(Collected data entries)
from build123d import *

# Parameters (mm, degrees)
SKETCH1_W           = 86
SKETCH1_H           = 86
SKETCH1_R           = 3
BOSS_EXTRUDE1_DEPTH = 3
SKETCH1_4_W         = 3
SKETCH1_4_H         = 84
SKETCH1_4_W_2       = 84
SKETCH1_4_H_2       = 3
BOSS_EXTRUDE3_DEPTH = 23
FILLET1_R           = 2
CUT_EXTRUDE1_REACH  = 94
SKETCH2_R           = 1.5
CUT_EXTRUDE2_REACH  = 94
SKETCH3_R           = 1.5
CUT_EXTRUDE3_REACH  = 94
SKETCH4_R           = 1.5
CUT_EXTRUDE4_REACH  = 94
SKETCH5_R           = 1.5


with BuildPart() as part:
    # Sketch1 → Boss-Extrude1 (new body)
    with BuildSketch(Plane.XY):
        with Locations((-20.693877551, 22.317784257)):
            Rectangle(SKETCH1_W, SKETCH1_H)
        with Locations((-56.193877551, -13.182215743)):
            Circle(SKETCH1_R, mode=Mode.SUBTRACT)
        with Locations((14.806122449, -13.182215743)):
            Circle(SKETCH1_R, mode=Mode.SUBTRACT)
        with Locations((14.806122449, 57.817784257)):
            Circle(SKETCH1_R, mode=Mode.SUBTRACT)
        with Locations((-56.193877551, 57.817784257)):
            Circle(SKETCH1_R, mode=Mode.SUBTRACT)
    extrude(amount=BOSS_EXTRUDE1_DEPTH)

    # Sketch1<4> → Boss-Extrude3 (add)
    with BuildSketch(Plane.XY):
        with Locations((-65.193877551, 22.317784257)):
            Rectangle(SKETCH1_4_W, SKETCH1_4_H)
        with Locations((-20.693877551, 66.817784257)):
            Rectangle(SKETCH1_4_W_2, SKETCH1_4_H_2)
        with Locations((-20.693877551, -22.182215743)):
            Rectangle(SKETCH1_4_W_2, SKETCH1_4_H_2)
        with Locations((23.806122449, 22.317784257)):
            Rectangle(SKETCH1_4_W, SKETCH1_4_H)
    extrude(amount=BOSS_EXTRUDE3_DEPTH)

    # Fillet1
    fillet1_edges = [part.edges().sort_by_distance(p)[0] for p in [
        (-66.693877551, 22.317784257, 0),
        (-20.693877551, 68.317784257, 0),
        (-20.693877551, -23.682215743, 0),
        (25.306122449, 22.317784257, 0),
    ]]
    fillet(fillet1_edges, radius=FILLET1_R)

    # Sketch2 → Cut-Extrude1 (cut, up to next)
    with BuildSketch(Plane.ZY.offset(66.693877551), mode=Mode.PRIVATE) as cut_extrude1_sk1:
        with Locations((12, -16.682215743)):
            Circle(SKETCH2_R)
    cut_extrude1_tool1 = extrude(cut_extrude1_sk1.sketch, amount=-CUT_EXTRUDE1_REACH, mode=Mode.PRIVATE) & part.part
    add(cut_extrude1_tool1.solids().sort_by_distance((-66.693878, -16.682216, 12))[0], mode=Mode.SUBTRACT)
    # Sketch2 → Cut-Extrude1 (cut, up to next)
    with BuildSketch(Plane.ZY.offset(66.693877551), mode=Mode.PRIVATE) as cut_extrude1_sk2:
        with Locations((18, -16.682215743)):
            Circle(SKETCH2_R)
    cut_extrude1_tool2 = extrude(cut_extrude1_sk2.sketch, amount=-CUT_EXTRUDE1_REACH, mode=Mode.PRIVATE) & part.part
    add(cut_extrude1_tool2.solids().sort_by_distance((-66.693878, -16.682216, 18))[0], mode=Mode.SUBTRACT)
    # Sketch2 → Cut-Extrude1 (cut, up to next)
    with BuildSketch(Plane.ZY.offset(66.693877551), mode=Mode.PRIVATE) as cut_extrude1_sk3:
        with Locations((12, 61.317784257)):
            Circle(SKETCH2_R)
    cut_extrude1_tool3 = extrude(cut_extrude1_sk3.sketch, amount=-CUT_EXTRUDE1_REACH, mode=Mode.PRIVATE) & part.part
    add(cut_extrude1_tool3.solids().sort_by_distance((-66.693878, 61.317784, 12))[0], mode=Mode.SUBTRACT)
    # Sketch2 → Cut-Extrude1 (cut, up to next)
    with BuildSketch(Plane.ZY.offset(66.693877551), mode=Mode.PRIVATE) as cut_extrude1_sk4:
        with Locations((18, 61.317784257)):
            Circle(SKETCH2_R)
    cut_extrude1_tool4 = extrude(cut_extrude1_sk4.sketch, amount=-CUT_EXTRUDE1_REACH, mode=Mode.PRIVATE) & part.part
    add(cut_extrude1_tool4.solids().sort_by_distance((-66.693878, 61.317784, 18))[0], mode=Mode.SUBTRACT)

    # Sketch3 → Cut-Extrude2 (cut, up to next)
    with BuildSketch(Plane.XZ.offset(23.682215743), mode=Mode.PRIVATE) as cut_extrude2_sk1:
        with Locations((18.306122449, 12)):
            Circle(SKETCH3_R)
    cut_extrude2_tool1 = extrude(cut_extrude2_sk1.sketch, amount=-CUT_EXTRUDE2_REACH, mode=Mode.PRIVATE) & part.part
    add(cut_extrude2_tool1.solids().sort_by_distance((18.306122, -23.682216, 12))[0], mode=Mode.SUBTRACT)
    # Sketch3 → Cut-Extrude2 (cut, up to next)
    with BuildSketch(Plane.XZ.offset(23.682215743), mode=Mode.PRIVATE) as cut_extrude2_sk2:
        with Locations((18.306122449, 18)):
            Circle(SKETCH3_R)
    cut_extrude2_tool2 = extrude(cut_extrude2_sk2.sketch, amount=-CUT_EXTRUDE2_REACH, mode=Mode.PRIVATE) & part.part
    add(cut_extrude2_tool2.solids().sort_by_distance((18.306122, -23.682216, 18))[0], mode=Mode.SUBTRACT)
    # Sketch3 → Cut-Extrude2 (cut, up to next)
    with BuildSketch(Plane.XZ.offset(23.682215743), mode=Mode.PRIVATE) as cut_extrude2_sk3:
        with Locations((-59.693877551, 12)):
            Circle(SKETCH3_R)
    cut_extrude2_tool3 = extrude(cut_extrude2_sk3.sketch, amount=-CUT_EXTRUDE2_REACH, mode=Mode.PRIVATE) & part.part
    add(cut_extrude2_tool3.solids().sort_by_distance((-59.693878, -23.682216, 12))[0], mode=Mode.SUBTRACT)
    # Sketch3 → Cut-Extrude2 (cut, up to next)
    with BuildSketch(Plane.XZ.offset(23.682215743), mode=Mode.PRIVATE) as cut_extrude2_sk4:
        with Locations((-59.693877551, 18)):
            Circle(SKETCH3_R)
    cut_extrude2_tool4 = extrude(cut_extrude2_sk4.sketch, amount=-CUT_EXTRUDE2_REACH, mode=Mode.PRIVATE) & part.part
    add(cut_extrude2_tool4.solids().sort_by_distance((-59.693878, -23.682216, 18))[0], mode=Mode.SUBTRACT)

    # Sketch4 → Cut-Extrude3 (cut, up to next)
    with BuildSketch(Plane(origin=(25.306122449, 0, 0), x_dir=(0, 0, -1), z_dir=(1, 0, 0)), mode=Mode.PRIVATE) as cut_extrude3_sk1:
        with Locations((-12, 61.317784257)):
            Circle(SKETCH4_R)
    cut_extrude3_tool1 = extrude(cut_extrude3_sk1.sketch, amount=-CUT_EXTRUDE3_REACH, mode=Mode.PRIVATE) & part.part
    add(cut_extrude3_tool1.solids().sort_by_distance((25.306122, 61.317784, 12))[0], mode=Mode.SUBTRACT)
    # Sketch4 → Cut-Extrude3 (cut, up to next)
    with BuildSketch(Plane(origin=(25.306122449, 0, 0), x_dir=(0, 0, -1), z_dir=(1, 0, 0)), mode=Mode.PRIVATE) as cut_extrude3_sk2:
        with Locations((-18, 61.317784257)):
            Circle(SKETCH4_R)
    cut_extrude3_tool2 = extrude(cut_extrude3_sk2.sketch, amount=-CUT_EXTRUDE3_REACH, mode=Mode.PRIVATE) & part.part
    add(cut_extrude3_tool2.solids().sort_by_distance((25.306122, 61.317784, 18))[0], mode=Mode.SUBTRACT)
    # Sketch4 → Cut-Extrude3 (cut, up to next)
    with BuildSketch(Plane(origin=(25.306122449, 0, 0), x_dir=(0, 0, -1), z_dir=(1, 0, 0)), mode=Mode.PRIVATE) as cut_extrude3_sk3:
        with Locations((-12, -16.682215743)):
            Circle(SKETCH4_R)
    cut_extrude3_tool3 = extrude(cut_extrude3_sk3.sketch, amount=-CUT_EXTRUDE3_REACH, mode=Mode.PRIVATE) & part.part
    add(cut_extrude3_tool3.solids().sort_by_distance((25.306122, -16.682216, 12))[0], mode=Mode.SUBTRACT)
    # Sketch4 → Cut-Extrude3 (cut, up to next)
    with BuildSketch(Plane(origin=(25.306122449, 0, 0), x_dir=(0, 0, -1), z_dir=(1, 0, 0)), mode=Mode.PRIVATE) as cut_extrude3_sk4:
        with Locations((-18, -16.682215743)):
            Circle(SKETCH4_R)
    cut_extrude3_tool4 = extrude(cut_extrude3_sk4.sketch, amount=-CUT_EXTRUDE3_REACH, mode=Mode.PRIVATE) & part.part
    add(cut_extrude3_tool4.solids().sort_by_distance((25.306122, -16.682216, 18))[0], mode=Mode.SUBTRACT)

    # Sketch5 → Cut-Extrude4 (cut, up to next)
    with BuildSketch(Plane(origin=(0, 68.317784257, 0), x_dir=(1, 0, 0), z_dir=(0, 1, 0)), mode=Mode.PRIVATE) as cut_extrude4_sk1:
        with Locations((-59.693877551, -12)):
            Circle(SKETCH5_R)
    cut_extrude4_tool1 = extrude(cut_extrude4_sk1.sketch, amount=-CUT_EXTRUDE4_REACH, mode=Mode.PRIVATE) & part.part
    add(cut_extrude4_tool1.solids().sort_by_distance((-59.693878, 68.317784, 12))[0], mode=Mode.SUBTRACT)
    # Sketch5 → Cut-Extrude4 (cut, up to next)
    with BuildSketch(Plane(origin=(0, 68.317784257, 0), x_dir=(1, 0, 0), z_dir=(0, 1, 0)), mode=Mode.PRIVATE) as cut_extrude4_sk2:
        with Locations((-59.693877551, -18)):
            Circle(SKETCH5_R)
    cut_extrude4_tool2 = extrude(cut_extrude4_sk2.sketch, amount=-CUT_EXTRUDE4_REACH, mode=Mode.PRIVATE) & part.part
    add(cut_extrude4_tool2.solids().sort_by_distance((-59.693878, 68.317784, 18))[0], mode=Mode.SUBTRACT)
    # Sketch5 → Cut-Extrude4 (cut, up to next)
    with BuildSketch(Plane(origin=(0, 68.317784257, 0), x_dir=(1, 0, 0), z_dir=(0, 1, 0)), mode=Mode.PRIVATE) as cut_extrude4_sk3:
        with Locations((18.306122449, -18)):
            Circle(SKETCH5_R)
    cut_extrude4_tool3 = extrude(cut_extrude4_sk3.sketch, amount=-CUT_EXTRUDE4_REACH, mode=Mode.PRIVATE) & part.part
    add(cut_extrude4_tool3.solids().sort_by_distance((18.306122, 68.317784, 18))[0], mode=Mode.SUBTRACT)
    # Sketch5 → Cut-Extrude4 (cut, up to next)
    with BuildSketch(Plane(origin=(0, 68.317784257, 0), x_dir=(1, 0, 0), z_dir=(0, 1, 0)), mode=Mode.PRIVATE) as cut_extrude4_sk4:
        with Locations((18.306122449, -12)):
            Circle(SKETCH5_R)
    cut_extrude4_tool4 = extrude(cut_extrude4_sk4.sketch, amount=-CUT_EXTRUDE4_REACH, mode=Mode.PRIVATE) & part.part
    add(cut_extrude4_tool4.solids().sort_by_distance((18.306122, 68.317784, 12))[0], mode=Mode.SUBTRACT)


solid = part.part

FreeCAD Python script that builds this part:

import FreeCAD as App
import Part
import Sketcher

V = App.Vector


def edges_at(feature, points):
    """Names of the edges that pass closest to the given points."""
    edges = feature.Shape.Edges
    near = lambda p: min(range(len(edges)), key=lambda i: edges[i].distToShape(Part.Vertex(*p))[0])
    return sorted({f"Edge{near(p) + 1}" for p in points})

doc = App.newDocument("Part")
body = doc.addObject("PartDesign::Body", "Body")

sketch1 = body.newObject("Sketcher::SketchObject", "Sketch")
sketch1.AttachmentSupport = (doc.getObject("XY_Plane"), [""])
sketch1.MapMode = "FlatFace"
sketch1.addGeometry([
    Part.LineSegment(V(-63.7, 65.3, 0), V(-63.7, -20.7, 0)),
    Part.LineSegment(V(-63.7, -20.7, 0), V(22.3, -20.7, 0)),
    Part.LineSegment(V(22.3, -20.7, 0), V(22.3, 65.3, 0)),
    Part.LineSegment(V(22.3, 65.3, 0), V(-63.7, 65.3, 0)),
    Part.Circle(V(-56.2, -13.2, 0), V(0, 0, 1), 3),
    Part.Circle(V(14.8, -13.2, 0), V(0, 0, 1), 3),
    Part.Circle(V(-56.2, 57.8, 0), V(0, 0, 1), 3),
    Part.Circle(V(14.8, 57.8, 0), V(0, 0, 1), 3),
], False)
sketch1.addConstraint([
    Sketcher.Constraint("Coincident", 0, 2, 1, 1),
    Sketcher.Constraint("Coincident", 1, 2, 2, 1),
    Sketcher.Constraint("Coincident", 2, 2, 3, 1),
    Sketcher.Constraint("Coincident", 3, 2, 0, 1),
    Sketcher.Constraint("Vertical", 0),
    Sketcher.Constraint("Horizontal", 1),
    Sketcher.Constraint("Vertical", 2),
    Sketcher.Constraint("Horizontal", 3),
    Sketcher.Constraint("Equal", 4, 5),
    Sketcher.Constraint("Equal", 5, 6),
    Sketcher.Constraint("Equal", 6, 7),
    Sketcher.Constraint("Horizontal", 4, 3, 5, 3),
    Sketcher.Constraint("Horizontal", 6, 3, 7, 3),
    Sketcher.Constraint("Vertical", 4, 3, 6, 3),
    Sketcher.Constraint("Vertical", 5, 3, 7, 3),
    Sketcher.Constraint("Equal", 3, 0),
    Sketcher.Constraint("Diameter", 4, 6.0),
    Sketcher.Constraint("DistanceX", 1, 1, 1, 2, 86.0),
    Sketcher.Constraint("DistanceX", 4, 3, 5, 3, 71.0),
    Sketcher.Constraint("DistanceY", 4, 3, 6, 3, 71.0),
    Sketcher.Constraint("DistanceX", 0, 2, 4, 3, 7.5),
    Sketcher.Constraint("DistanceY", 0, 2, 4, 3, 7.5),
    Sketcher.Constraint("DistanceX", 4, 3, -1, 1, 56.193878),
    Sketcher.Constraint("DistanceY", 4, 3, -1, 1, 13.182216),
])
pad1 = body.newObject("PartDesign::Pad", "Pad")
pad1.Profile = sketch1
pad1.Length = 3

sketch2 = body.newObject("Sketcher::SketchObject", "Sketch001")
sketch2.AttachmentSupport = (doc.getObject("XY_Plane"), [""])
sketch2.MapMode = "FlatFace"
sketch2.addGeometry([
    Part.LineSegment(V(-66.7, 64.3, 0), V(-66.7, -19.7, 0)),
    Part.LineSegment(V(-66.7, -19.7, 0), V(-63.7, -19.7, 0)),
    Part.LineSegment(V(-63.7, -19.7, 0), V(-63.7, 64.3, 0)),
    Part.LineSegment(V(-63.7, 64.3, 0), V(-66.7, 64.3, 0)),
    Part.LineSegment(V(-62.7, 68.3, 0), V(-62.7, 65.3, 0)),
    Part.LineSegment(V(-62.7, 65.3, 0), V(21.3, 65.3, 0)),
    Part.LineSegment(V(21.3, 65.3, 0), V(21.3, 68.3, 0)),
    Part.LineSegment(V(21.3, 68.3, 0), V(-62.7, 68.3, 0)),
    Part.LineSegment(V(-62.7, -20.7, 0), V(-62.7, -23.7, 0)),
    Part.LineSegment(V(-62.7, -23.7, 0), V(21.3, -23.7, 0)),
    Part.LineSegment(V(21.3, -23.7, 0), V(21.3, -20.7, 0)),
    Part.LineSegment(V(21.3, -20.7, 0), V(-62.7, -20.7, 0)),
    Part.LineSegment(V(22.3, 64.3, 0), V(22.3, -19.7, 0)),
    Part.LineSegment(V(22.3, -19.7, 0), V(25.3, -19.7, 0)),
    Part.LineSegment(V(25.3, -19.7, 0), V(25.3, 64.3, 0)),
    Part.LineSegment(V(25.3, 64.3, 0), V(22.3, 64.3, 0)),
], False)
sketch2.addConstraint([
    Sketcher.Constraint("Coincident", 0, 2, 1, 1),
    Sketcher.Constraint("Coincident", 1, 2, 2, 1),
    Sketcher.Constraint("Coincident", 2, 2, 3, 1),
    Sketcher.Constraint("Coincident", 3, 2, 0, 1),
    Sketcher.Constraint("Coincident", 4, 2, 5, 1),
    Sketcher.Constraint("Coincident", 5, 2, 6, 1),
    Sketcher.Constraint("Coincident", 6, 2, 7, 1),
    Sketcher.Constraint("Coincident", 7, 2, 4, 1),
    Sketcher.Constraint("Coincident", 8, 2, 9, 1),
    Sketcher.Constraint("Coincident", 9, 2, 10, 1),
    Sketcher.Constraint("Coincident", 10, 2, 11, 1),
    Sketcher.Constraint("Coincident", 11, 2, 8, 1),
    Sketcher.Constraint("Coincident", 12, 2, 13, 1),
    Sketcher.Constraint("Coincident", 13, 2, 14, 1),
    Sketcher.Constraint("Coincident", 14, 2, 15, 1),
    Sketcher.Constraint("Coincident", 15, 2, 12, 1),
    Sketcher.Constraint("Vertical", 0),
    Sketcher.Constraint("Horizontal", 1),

■ YOUR OBJECTIVE ■
List all lines above in which the string "origin" appears.

■ RESPONSE TO THIS TASK ■
    with BuildSketch(Plane(origin=(25.306122449, 0, 0), x_dir=(0, 0, -1), z_dir=(1, 0, 0)), mode=Mode.PRIVATE) as cut_extrude3_sk1:
    with BuildSketch(Plane(origin=(25.306122449, 0, 0), x_dir=(0, 0, -1), z_dir=(1, 0, 0)), mode=Mode.PRIVATE) as cut_extrude3_sk2:
    with BuildSketch(Plane(origin=(25.306122449, 0, 0), x_dir=(0, 0, -1), z_dir=(1, 0, 0)), mode=Mode.PRIVATE) as cut_extrude3_sk3:
    with BuildSketch(Plane(origin=(25.306122449, 0, 0), x_dir=(0, 0, -1), z_dir=(1, 0, 0)), mode=Mode.PRIVATE) as cut_extrude3_sk4:
    with BuildSketch(Plane(origin=(0, 68.317784257, 0), x_dir=(1, 0, 0), z_dir=(0, 1, 0)), mode=Mode.PRIVATE) as cut_extrude4_sk1:
    with BuildSketch(Plane(origin=(0, 68.317784257, 0), x_dir=(1, 0, 0), z_dir=(0, 1, 0)), mode=Mode.PRIVATE) as cut_extrude4_sk2:
    with BuildSketch(Plane(origin=(0, 68.317784257, 0), x_dir=(1, 0, 0), z_dir=(0, 1, 0)), mode=Mode.PRIVATE) as cut_extrude4_sk3:
    with BuildSketch(Plane(origin=(0, 68.317784257, 0), x_dir=(1, 0, 0), z_dir=(0, 1, 0)), mode=Mode.PRIVATE) as cut_extrude4_sk4:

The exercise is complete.